STASIS
Stasis sleeping in Boomland, 2016
On-site building process
3D digital base model
Constructive diagram
Boom Festival is one of the world’s most important psychedelic culture gatherings. Every two years, thousands of Boomers make a pilgrimage from the four corners of the world to Idanha-a-Nova to celebrate life to the sound of electronic and acoustic music.
Stasis theorizes the figure of an entity enrooted in the soil, existing in a state of perpetual sleep and whose dreams materialize Boom Festival as an experiential reality.

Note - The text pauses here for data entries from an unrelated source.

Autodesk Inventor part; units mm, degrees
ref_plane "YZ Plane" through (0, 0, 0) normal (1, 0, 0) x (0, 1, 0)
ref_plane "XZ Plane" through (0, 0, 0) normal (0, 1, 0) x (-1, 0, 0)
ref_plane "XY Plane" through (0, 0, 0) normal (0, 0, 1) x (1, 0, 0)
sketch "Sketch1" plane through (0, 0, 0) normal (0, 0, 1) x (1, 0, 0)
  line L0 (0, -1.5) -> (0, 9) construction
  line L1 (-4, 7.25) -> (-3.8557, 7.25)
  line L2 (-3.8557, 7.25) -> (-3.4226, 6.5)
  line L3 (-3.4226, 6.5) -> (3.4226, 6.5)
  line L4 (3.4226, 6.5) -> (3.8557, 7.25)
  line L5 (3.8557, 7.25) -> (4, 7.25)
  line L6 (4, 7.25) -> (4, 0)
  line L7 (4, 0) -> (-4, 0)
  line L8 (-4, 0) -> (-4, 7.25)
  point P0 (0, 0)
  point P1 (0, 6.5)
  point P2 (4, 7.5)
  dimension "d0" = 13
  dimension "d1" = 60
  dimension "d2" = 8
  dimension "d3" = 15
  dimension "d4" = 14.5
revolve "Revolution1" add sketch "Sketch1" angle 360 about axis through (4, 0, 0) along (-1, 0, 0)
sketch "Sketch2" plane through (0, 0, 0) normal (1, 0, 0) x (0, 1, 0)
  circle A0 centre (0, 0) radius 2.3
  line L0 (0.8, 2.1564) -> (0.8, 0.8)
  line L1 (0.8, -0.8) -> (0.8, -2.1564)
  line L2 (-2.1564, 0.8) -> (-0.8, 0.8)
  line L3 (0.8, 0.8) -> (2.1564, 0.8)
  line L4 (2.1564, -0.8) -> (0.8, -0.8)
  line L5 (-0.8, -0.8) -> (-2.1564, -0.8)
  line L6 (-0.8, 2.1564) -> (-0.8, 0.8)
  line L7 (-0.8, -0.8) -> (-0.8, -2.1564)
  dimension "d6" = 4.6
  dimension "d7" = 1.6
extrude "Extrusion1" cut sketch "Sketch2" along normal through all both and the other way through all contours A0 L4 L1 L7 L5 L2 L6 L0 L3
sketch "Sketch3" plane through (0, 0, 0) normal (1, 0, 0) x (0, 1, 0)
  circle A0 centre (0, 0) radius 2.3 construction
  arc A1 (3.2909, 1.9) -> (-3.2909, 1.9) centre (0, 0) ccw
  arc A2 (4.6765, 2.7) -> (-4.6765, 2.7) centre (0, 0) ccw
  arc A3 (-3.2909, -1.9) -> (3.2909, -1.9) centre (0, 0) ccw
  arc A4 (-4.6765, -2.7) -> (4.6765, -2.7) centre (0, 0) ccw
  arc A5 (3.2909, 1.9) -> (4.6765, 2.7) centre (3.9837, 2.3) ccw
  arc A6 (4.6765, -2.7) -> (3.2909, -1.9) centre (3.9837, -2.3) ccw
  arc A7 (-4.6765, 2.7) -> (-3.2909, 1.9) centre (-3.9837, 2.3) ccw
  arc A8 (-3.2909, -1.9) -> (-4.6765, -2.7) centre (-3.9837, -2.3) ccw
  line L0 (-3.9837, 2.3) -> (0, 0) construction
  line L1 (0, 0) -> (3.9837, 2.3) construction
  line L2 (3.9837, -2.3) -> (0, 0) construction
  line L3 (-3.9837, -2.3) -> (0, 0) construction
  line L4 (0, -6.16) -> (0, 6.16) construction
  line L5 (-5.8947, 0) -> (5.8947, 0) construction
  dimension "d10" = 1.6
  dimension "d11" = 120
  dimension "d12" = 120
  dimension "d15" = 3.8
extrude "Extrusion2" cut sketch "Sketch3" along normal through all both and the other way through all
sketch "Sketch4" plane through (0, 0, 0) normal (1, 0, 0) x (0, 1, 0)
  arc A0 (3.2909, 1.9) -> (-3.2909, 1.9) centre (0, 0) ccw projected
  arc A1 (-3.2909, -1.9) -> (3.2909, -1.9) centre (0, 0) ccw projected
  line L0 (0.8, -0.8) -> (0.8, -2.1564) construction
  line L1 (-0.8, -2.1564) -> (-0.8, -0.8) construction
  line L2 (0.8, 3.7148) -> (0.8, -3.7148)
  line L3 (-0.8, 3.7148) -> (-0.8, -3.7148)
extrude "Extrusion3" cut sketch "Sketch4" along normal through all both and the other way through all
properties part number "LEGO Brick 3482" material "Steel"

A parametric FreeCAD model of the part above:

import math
import FreeCAD as App
import Part
import Sketcher

V = App.Vector
Q = App.Units.Quantity

doc = App.newDocument("Part")
body = doc.addObject("PartDesign::Body", "Body")

sketch1 = doc.addObject("Sketcher::SketchObject", "Sketch")
body.addObject(sketch1)
sketch1.AttachmentSupport = (doc.XY_Plane, [""])
sketch1.MapMode = "FlatFace"
sketch1.addGeometry([
    Part.LineSegment(V(-3.86, 7.25, 0), V(-4, 7.25, 0)),
    Part.LineSegment(V(-4, 7.25, 0), V(-4, 0, 0)),
    Part.LineSegment(V(-4, 0, 0), V(4, 0, 0)),
    Part.LineSegment(V(4, 0, 0), V(4, 7.25, 0)),
    Part.LineSegment(V(4, 7.25, 0), V(3.86, 7.25, 0)),
    Part.LineSegment(V(3.86, 7.25, 0), V(3.42, 6.5, 0)),
    Part.LineSegment(V(3.42, 6.5, 0), V(-3.42, 6.5, 0)),
    Part.LineSegment(V(-3.42, 6.5, 0), V(-3.86, 7.25, 0)),
], False)
sketch1.addConstraint([
    Sketcher.Constraint("Coincident", 0, 2, 1, 1),
    Sketcher.Constraint("Coincident", 1, 2, 2, 1),
    Sketcher.Constraint("Coincident", 2, 2, 3, 1),
    Sketcher.Constraint("Coincident", 3, 2, 4, 1),
    Sketcher.Constraint("Coincident", 4, 2, 5, 1),
    Sketcher.Constraint("Coincident", 5, 2, 6, 1),
    Sketcher.Constraint("Coincident", 6, 2, 7, 1),
    Sketcher.Constraint("Coincident", 7, 2, 0, 1),
    Sketcher.Constraint("Horizontal", 0),
    Sketcher.Constraint("Vertical", 1),
    Sketcher.Constraint("Horizontal", 2),
    Sketcher.Constraint("Vertical", 3),
    Sketcher.Constraint("Horizontal", 4),
    Sketcher.Constraint("Horizontal", 6),
    Sketcher.Constraint("Symmetric", 1, 2, 2, 2, -1, 1),
    Sketcher.Constraint("Symmetric", 4, 2, 7, 2, -2),
    Sketcher.Constraint("Equal", 5, 7),
    Sketcher.Constraint("DistanceX", 2, 1, 2, 2, Q("8 mm")),
    Sketcher.Constraint("DistanceY", 1, 2, 1, 1, Q("7.25 mm")),
    Sketcher.Constraint("DistanceY", -1, 1, 5, 2, Q("6.5 mm")),
    Sketcher.Constraint("Distance", 5, Q("0.866 mm")),
    Sketcher.Constraint("DistanceX", 0, 2, 0, 1, Q("0.1443 mm")),
])
revolution = doc.addObject("PartDesign::Revolution", "Revolution")
body.addObject(revolution)
revolution.Profile = sketch1
revolution.ReferenceAxis = (sketch1, ["H_Axis"])
revolution.Angle = 360

sketch2 = doc.addObject("Sketcher::SketchObject", "Sketch001")
body.addObject(sketch2)
sketch2.AttachmentSupport = (doc.YZ_Plane, [""])
sketch2.MapMode = "FlatFace"
sketch2.addGeometry([
    Part.ArcOfCircle(Part.Circle(V(0, 0, 0), V(0, 0, 1), 2.3), math.radians(-20), math.radians(20)),
    Part.LineSegment(V(2.2, 0.8, 0), V(0.8, 0.8, 0)),
    Part.LineSegment(V(0.8, 0.8, 0), V(0.8, 2.2, 0)),
    Part.ArcOfCircle(Part.Circle(V(0, 0, 0), V(0, 0, 1), 2.3), math.radians(70), math.radians(110)),
    Part.LineSegment(V(-0.8, 2.2, 0), V(-0.8, 0.8, 0)),
    Part.LineSegment(V(-0.8, 0.8, 0), V(-2.2, 0.8, 0)),
    Part.ArcOfCircle(Part.Circle(V(0, 0, 0), V(0, 0, 1), 2.3), math.radians(160), math.radians(200)),
    Part.LineSegment(V(-2.2, -0.8, 0), V(-0.8, -0.8, 0)),
    Part.LineSegment(V(-0.8, -0.8, 0), V(-0.8, -2.2, 0)),
    Part.ArcOfCircle(Part.Circle(V(0, 0, 0), V(0, 0, 1), 2.3), math.radians(-110), math.radians(-70)),
    Part.LineSegment(V(0.8, -2.2, 0), V(0.8, -0.8, 0)),
    Part.LineSegment(V(0.8, -0.8, 0), V(2.2, -0.8, 0)),
], False)
sketch2.addConstraint([
    Sketcher.Constraint("Coincident", 0, 2, 1, 1),
    Sketcher.Constraint("Coincident", 1, 2, 2, 1),
    Sketcher.Constraint("Coincident", 2, 2, 3, 1),
    Sketcher.Constraint("Coincident", 3, 2, 4, 1),
    Sketcher.Constraint("Coincident", 4, 2, 5, 1),
    Sketcher.Constraint("Coincident", 5, 2, 6, 1),
    Sketcher.Constraint("Coincident", 6, 2, 7, 1),
    Sketcher.Constraint("Coincident", 7, 2, 8, 1),
    Sketcher.Constraint("Coincident", 8, 2, 9, 1),
    Sketcher.Constraint("Coincident", 9, 2, 10, 1),
    Sketcher.Constraint("Coincident", 10, 2, 11, 1),
    Sketcher.Constraint("Coincident", 11, 2, 0, 1),
    Sketcher.Constraint("Horizontal", 1),
    Sketcher.Constraint("Vertical", 2),
    Sketcher.Constraint("Vertical", 4),
    Sketcher.Constraint("Horizontal", 5),
    Sketcher.Constraint("Horizontal", 7),
    Sketcher.Constraint("Vertical", 8),
    Sketcher.Constraint("Vertical", 10),
    Sketcher.Constraint("Horizontal", 11),
    Sketcher.Constraint("Coincident", 0, 3, -1, 1),
    Sketcher.Constraint("Coincident", 3, 3, -1, 1),
    Sketcher.Constraint("Coincident", 6, 3, -1, 1),
    Sketcher.Constraint("Coincident", 9, 3, -1, 1),
    Sketcher.Constraint("Equal", 0, 3),
    Sketcher.Constraint("Equal", 3, 6),
    Sketcher.Constraint("Equal", 6, 9),
    Sketcher.Constraint("Symmetric", 1, 2, 7, 2, -1, 1),
    Sketcher.Constraint("Symmetric", 4, 2, 10, 2, -1, 1),
    Sketcher.Constraint("Symmetric", 1, 2, 4, 2, -2),
    Sketcher.Constraint("Equal", 11, 2),
    Sketcher.Constraint("Radius", 0, Q("2.3 mm")),
    Sketcher.Constraint("DistanceX", 3, 2, 2, 2, Q("1.6 mm")),
])
pocket1 = doc.addObject("PartDesign::Pocket", "Pocket")
body.addObject(pocket1)
pocket1.Profile = sketch2
pocket1.Type = "ThroughAll"
pocket1.Midplane = True

sketch3 = doc.addObject("Sketcher::SketchObject", "Sketch002")
body.addObject(sketch3)
sketch3.AttachmentSupport = (doc.YZ_Plane, [""])
sketch3.MapMode = "FlatFace"
sketch3.addGeometry([
    Part.ArcOfCircle(Part.Circle(V(0, 0, 0), V(0, 0, 1), 3.8), math.radians(30), math.radians(150)),
    Part.ArcOfCircle(Part.Circle(V(4, 2.3, 0), V(0, 0, 1), 0.8), math.radians(-150), math.radians(30)),
    Part.ArcOfCircle(Part.Circle(V(0, 0, 0), V(0, 0, 1), 5.4), math.radians(30), math.radians(150)),
    Part.ArcOfCircle(Part.Circle(V(-4, 2.3, 0), V(0, 0, 1), 0.8), math.radians(150), math.radians(330)),
    Part.ArcOfCircle(Part.Circle(V(0, 0, 0), V(0, 0, 1), 3.8), math.radians(-150), math.radians(-30)),
    Part.ArcOfCircle(Part.Circle(V(-4, -2.3, 0), V(0, 0, 1), 0.8), math.radians(30), math.radians(210)),
    Part.ArcOfCircle(Part.Circle(V(0, 0, 0), V(0, 0, 1), 5.4), math.radians(-150), math.radians(-30)),
    Part.ArcOfCircle(Part.Circle(V(4, -2.3, 0), V(0, 0, 1), 0.8), math.radians(-30), math.radians(150)),
], False)
sketch3.addConstraint([
    Sketcher.Constraint("Tangent", 0, 1, 1, 1),
    Sketcher.Constraint("Tangent", 1, 2, 2, 1),
    Sketcher.Constraint("Tangent", 2, 2, 3, 1),
    Sketcher.Constraint("Tangent", 3, 2, 0, 2),
    Sketcher.Constraint("Tangent", 4, 1, 5, 1),
    Sketcher.Constraint("Tangent", 5, 2, 6, 1),
    Sketcher.Constraint("Tangent", 6, 2, 7, 1),
    Sketcher.Constraint("Tangent", 7, 2, 4, 2),
    Sketcher.Constraint("Coincident", 0, 3, -1, 1),
    Sketcher.Constraint("Coincident", 2, 3, -1, 1),
    Sketcher.Constraint("Coincident", 4, 3, -1, 1),
    Sketcher.Constraint("Coincident", 6, 3, -1, 1),
    Sketcher.Constraint("Equal", 0, 4),
    Sketcher.Constraint("Equal", 3, 5),
    Sketcher.Constraint("Horizontal", 1, 3, 3, 3),
    Sketcher.Constraint("Horizontal", 5, 3, 7, 3),
    Sketcher.Constraint("Vertical", 3, 3, 5, 3),
    Sketcher.Constraint("Radius", 0, Q("3.8 mm")),
    Sketcher.Constraint("Radius", 1, Q("0.8 mm")),
    Sketcher.Constraint("DistanceY", 4, 1, 3, 2, Q("3.8 mm")),
])
pocket2 = doc.addObject("PartDesign::Pocket", "Pocket001")
body.addObject(pocket2)
pocket2.Profile = sketch3
pocket2.Type = "ThroughAll"
pocket2.Midplane = True

sketch4 = doc.addObject("Sketcher::SketchObject", "Sketch003")
body.addObject(sketch4)
sketch4.AttachmentSupport = (doc.YZ_Plane, [""])
sketch4.MapMode = "FlatFace"
sketch4.addGeometry([
    Part.LineSegment(V(0.8, -3.7, 0), V(0.8, 3.7, 0)),
    Part.ArcOfCircle(Part.Circle(V(0, 0, 0), V(0, 0, 1), 3.8), math.radians(78), math.radians(102)),
    Part.LineSegment(V(-0.8, 3.7, 0), V(-0.8, -3.7, 0)),
    Part.ArcOfCircle(Part.Circle(V(0, 0, 0), V(0, 0, 1), 3.8), math.radians(-102), math.radians(-78)),
], False)
sketch4.addConstraint([
    Sketcher.Constraint("Coincident", 0, 2, 1, 1),
    Sketcher.Constraint("Coincident", 1, 2, 2, 1),
    Sketcher.Constraint("Coincident", 2, 2, 3, 1),
    Sketcher.Constraint("Coincident", 3, 2, 0, 1),
    Sketcher.Constraint("Vertical", 0),
    Sketcher.Constraint("Vertical", 2),
    Sketcher.Constraint("Coincident", 1, 3, -1, 1),
    Sketcher.Constraint("Coincident", 3, 3, -1, 1),
    Sketcher.Constraint("Equal", 1, 3),
    Sketcher.Constraint("Horizontal", 0, 2, 1, 2),
    Sketcher.Constraint("Radius", 1, Q("3.8 mm")),
    Sketcher.Constraint("DistanceX", -1, 1, 0, 2, Q("0.8 mm")),
])
pocket3 = doc.addObject("PartDesign::Pocket", "Pocket002")
body.addObject(pocket3)
pocket3.Profile = sketch4
pocket3.Type = "ThroughAll"
pocket3.Midplane = True

doc.recompute()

This presence functions as an ontological ground from which the festival is imagined to arise, positioning dreaming as a generative force that produces space, culture, and collective experience.
The site-specific work was conceived in order to evolve with the passage of time. It was digitally modelled and built resorting to MDF profiles that function as flowerbeds. Its interior is filled with humid earth, which allows its appropriation by Nature.
Birds deposit seeds that take root within the structure as the surrounding flora gradually reclaims the installation. The result is a ruin-in-becoming: an image shaped by natural cycles, contingency, and the Earth’s intelligence.
Stasis was built in 2016 beside the Dance Temple, the ritual core of Boom. After the response from the public, it was decided to become a permanent element of Boomland. It was absorbed into the landscape, where it continues to rest, enduring as part of the site’s living cosmology.